» **AIM OF THE EXERCISE**
Nothing below is to be printed except the lines between the line holding "#397=AXIS2_PLACEMENT_3D('',#396,#36,#18);" and the line holding "#410=MANIFOLD_SOLID_BREP('',#409);", inclusive, each exactly as it appears.

[Dataset entries]
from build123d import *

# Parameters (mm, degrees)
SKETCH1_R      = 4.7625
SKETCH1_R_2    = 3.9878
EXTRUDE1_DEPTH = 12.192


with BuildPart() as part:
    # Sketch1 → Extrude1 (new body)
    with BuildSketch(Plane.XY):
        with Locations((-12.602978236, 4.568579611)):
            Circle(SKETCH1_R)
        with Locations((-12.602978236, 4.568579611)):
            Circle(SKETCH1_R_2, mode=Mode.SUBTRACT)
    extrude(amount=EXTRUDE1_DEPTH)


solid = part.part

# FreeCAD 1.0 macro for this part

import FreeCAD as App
import Part
import Sketcher
from FreeCAD import Vector
Q = App.Units.Quantity

doc = App.newDocument("Part")
body = doc.addObject("PartDesign::Body", "Body")

sketch1 = body.newObject("Sketcher::SketchObject", "Sketch")
sketch1.AttachmentSupport = (doc.getObject("XY_Plane"), [""])
sketch1.MapMode = "FlatFace"
sketch1.addGeometry(Part.Circle(Vector(-12.602978, 4.56858, 0), Vector(0, 0, 1), 4.7625), False)
sketch1.addGeometry(Part.Circle(Vector(-12.602978, 4.56858, 0), Vector(0, 0, 1), 3.9878), False)
sketch1.addConstraint(Sketcher.Constraint("Coincident", 1, 3, 0, 3))
sketch1.addConstraint(Sketcher.Constraint("Diameter", 0, Q("0.375 in")))
sketch1.addConstraint(Sketcher.Constraint("Diameter", 1, Q("0.314 in")))
sketch1.addConstraint(Sketcher.Constraint("DistanceX", 0, 3, -1, 1, 12.602978))
sketch1.addConstraint(Sketcher.Constraint("DistanceY", -1, 1, 0, 3, 4.56858))
pad1 = body.newObject("PartDesign::Pad", "Pad")
pad1.Profile = sketch1
pad1.Length = Q("0.48 in")

doc.recompute()
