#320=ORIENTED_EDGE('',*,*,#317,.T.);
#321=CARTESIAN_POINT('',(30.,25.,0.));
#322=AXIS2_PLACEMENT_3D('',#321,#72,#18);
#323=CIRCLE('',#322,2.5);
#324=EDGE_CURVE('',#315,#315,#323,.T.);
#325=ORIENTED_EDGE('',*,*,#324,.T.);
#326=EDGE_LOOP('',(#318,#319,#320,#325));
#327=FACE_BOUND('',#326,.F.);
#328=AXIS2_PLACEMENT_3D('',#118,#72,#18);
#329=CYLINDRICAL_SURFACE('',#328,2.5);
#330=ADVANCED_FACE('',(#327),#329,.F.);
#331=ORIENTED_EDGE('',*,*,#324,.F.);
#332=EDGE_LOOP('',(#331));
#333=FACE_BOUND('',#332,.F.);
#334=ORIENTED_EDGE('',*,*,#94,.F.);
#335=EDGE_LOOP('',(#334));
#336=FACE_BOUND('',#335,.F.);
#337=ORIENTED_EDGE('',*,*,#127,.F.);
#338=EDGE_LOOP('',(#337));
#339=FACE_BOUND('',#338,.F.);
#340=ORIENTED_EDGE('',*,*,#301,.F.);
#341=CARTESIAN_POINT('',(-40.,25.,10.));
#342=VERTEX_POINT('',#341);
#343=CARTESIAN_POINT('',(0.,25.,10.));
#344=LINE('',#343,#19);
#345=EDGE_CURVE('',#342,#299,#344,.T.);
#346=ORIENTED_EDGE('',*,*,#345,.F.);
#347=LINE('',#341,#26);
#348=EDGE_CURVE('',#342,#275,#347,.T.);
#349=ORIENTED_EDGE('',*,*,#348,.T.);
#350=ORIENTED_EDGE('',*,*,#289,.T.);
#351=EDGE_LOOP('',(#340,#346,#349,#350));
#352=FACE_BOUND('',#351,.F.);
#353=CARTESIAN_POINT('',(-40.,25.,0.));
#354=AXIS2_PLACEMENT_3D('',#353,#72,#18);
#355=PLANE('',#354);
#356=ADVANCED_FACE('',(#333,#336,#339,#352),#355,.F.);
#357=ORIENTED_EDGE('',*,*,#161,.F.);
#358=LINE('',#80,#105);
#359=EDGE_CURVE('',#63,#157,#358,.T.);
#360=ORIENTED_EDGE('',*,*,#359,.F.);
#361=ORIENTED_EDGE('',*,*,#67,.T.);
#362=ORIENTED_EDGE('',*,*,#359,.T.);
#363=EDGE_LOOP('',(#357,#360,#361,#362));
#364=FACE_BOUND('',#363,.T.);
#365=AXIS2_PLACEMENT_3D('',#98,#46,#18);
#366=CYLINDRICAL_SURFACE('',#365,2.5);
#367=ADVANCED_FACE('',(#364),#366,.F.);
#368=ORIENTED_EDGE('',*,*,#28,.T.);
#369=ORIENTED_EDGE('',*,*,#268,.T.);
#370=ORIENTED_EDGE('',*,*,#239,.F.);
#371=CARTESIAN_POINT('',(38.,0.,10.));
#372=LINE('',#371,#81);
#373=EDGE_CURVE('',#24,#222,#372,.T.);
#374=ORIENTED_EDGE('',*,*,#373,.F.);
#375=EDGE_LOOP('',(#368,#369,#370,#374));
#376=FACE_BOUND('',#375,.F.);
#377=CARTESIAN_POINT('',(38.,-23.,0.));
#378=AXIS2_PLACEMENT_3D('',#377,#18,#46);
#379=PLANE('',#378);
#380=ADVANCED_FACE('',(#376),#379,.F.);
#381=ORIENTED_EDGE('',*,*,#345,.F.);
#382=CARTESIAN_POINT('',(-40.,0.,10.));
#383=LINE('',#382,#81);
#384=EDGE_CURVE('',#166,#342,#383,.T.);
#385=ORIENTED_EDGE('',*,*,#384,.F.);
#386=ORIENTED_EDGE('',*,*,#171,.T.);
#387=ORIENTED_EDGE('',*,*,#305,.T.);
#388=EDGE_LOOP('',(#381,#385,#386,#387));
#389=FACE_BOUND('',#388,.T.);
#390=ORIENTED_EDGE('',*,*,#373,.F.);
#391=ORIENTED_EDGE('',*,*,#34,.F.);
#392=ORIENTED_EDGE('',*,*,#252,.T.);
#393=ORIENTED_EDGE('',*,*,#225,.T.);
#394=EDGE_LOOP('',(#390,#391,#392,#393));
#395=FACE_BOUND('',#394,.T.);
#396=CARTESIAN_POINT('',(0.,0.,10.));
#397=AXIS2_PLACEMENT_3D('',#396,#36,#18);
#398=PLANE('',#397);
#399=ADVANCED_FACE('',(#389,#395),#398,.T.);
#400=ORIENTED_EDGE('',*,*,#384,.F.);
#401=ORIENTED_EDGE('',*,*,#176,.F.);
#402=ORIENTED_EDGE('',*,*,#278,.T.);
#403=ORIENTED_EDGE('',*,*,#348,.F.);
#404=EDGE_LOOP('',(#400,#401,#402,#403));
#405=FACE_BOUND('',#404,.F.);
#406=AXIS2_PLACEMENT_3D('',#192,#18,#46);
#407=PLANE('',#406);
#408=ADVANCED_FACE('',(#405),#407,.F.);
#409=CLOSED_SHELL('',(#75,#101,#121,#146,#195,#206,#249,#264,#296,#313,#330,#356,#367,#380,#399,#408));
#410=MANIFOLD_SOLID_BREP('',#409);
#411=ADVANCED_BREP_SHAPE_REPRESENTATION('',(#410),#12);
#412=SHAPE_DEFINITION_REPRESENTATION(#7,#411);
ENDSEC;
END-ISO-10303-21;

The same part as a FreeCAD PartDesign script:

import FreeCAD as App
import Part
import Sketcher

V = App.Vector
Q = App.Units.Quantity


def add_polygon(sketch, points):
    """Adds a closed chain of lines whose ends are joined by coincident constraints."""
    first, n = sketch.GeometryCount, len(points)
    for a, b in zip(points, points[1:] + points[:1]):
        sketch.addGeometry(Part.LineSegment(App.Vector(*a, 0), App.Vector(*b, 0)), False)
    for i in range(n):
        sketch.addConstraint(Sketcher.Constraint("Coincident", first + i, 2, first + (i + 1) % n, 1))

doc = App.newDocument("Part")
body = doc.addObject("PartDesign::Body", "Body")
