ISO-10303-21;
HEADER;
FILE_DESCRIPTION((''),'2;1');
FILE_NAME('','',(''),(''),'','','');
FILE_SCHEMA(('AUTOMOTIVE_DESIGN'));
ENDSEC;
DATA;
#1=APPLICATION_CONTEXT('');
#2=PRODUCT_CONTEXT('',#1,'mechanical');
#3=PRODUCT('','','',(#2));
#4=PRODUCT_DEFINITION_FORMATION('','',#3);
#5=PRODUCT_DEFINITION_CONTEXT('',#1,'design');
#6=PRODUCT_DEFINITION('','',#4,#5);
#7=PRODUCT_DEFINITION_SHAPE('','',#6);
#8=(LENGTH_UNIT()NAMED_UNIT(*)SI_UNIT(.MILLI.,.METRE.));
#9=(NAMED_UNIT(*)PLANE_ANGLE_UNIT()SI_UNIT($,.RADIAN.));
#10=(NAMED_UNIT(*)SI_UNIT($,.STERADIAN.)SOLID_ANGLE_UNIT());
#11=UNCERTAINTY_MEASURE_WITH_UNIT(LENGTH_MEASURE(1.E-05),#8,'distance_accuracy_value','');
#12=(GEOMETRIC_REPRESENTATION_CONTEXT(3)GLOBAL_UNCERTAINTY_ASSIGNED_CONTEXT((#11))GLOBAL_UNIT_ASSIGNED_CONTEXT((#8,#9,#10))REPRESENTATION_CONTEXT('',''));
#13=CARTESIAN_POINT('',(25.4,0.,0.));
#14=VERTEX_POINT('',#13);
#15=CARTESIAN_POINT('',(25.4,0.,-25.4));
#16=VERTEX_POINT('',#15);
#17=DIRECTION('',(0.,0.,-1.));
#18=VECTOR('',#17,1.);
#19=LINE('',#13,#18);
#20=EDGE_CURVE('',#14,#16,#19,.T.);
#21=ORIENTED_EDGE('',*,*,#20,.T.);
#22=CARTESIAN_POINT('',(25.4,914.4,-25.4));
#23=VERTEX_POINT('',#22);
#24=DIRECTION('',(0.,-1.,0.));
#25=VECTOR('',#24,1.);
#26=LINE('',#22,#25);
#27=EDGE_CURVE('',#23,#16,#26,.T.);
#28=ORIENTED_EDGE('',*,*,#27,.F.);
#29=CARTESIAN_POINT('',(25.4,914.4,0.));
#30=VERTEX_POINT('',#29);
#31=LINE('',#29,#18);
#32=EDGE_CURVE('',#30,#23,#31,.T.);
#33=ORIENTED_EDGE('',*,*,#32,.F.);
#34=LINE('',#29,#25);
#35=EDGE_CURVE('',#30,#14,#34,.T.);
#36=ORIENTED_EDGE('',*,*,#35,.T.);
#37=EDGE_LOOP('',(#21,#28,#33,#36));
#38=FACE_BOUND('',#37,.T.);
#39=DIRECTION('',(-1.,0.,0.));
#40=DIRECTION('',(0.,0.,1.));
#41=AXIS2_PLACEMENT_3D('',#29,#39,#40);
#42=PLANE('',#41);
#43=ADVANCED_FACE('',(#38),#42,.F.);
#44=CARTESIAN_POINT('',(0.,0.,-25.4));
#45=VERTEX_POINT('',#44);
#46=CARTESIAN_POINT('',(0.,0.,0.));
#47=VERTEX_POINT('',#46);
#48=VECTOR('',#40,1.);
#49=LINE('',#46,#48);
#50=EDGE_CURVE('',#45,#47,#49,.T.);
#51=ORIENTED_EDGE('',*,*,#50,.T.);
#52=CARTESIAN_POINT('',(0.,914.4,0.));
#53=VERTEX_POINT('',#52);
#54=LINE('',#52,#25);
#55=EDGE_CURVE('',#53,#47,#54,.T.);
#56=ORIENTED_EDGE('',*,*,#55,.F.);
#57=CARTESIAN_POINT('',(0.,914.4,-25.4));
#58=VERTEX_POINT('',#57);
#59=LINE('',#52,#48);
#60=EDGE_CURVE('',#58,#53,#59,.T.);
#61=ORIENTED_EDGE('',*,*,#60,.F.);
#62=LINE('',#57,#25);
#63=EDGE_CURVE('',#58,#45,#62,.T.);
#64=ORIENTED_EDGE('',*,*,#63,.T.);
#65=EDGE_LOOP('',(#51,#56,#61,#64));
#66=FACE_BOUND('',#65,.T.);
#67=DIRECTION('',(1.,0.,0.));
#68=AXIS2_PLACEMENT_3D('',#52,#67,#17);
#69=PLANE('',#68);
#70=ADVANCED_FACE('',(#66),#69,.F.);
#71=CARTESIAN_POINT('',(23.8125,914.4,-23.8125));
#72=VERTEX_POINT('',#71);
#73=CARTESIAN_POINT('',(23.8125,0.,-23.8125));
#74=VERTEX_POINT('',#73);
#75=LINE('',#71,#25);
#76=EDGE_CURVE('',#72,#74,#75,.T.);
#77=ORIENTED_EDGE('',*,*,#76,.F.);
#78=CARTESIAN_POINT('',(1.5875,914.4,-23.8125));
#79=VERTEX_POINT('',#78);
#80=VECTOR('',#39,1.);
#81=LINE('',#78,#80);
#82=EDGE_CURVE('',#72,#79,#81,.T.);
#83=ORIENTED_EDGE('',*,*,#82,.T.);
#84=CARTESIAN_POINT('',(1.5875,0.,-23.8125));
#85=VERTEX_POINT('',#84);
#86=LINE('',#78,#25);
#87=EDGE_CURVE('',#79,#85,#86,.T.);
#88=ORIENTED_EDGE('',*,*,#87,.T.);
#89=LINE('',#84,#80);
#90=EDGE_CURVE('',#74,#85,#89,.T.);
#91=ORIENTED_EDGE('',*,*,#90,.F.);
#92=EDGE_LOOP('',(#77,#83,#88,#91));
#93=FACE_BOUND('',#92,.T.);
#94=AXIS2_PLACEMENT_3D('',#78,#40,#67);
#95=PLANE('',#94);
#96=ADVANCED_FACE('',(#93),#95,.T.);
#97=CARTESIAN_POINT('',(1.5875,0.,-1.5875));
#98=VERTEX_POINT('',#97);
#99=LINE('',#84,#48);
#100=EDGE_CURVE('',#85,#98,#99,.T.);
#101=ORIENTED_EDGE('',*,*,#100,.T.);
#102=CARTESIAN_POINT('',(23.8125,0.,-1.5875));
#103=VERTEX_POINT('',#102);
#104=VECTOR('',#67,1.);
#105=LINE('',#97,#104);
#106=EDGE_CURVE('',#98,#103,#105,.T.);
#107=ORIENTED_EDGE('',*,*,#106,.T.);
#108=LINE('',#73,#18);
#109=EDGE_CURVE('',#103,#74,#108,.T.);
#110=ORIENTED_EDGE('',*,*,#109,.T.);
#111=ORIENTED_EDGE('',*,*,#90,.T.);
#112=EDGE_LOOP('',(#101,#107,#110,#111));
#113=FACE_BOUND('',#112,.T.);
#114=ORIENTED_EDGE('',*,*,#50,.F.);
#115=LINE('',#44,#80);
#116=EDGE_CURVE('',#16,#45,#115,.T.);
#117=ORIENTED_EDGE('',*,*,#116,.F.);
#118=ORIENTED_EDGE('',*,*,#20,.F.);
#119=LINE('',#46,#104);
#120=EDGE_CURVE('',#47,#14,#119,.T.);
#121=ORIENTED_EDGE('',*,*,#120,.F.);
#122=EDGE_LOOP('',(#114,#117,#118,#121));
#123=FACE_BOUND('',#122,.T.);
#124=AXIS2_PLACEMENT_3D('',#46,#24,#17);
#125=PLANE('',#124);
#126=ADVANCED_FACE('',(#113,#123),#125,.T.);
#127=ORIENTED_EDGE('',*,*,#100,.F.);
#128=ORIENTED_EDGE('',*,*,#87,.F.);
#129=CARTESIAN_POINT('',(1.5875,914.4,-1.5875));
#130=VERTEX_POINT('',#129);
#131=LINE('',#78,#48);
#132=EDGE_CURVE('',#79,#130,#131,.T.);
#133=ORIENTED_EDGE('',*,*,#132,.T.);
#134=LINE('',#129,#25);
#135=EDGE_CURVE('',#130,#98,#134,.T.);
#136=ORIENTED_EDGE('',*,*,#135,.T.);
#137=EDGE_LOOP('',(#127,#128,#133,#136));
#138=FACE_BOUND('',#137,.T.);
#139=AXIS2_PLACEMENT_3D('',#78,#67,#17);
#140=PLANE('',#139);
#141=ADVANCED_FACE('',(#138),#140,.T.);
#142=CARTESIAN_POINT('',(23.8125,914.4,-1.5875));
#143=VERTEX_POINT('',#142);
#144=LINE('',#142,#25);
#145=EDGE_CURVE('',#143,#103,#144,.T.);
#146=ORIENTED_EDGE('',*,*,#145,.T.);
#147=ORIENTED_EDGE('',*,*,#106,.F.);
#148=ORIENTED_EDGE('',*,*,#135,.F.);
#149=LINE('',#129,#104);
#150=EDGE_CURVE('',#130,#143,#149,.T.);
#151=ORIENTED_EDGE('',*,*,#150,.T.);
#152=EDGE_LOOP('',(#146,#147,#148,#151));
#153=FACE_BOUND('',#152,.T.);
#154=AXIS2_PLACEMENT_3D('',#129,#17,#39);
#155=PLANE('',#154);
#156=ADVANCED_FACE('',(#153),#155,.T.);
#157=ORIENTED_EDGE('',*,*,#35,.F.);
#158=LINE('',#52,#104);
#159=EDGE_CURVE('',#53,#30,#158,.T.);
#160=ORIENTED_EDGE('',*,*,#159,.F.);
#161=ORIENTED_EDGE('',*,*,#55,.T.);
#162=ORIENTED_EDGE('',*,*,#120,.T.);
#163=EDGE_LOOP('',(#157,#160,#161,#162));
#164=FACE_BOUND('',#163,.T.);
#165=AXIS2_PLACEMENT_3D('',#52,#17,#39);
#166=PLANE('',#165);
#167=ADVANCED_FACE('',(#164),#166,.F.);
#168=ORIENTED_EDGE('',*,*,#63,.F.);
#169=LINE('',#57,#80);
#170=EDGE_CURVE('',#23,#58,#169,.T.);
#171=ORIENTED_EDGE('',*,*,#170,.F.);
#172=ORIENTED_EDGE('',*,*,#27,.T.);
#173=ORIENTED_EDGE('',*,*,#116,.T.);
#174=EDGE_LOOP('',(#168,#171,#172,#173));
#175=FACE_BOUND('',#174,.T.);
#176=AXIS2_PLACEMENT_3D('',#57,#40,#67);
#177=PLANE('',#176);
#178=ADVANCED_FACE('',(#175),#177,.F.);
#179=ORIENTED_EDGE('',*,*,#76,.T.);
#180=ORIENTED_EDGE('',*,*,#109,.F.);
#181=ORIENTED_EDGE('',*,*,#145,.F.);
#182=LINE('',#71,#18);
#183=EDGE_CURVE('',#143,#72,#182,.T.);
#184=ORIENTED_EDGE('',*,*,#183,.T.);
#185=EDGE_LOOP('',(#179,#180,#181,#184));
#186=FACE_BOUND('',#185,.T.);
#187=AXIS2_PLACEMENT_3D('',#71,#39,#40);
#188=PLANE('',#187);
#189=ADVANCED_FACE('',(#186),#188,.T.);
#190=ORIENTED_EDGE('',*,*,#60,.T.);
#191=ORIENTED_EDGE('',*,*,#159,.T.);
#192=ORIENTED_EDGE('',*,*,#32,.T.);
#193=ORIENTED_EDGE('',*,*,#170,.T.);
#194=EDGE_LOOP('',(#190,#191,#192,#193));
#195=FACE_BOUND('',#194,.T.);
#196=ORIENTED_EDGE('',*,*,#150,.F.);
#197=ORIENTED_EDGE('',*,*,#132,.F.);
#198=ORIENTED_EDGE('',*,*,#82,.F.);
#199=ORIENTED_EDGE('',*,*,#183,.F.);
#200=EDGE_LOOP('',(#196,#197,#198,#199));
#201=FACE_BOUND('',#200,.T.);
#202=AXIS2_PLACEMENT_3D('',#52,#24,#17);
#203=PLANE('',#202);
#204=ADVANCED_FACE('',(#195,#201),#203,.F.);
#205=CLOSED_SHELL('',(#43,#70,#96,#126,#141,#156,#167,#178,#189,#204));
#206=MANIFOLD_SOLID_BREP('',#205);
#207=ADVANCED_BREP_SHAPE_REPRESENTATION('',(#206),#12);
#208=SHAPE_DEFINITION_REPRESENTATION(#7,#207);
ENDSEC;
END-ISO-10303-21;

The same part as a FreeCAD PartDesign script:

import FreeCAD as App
import Part
import Sketcher
from FreeCAD import Vector
Q = App.Units.Quantity

doc = App.newDocument("Part")
body = doc.addObject("PartDesign::Body", "Body")

sketch1 = body.newObject("Sketcher::SketchObject", "Sketch")
sketch1.AttachmentSupport = (doc.getObject("XZ_Plane"), [""])
sketch1.MapMode = "FlatFace"
sketch1.addGeometry([
    Part.LineSegment(Vector(0, -25, 0), Vector(0, 0, 0)),
    Part.LineSegment(Vector(0, 0, 0), Vector(25, 0, 0)),
    Part.LineSegment(Vector(25, 0, 0), Vector(25, -25, 0)),
    Part.LineSegment(Vector(25, -25, 0), Vector(0, -25, 0)),
    Part.LineSegment(Vector(24, -2, 0), Vector(2, -2, 0)),
    Part.LineSegment(Vector(2, -2, 0), Vector(2, -24, 0)),
    Part.LineSegment(Vector(2, -24, 0), Vector(24, -24, 0)),
    Part.LineSegment(Vector(24, -24, 0), Vector(24, -2, 0)),
], False)
sketch1.addConstraint([
    Sketcher.Constraint("Coincident", 0, 2, 1, 1),
    Sketcher.Constraint("Coincident", 1, 2, 2, 1),
    Sketcher.Constraint("Coincident", 2, 2, 3, 1),
    Sketcher.Constraint("Coincident", 3, 2, 0, 1),
    Sketcher.Constraint("Coincident", 4, 2, 5, 1),
    Sketcher.Constraint("Coincident", 5, 2, 6, 1),
    Sketcher.Constraint("Coincident", 6, 2, 7, 1),
    Sketcher.Constraint("Coincident", 7, 2, 4, 1),
    Sketcher.Constraint("Vertical", 0),
    Sketcher.Constraint("Horizontal", 1),
    Sketcher.Constraint("Vertical", 2),
    Sketcher.Constraint("Horizontal", 3),
    Sketcher.Constraint("Horizontal", 4),
    Sketcher.Constraint("Vertical", 5),
    Sketcher.Constraint("Horizontal", 6),
    Sketcher.Constraint("Vertical", 7),
    Sketcher.Constraint("Coincident", 0, 2, -1, 1),
    Sketcher.Constraint("Equal", 3, 0),
    Sketcher.Constraint("Equal", 6, 5),
    Sketcher.Constraint("DistanceX", 1, 1, 1, 2, Q("1 in")),
    Sketcher.Constraint("DistanceX", 4, 2, 4, 1, Q("0.875 in")),
    Sketcher.Constraint("DistanceX", -1, 1, 4, 2, Q("0.0625 in")),
    Sketcher.Constraint("DistanceY", 4, 2, -1, 1, Q("0.0625 in")),
])
pad1 = body.newObject("PartDesign::Pad", "Pad")
pad1.Profile = sketch1
pad1.Length = Q("36 in")
pad1.Reversed = True

doc.recompute()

» **RESPONSE AREA**
#397=AXIS2_PLACEMENT_3D('',#396,#36,#18);
#398=PLANE('',#397);
#399=ADVANCED_FACE('',(#389,#395),#398,.T.);
#400=ORIENTED_EDGE('',*,*,#384,.F.);
#401=ORIENTED_EDGE('',*,*,#176,.F.);
#402=ORIENTED_EDGE('',*,*,#278,.T.);
#403=ORIENTED_EDGE('',*,*,#348,.F.);
#404=EDGE_LOOP('',(#400,#401,#402,#403));
#405=FACE_BOUND('',#404,.F.);
#406=AXIS2_PLACEMENT_3D('',#192,#18,#46);
#407=PLANE('',#406);
#408=ADVANCED_FACE('',(#405),#407,.F.);
#409=CLOSED_SHELL('',(#75,#101,#121,#146,#195,#206,#249,#264,#296,#313,#330,#356,#367,#380,#399,#408));
#410=MANIFOLD_SOLID_BREP('',#409);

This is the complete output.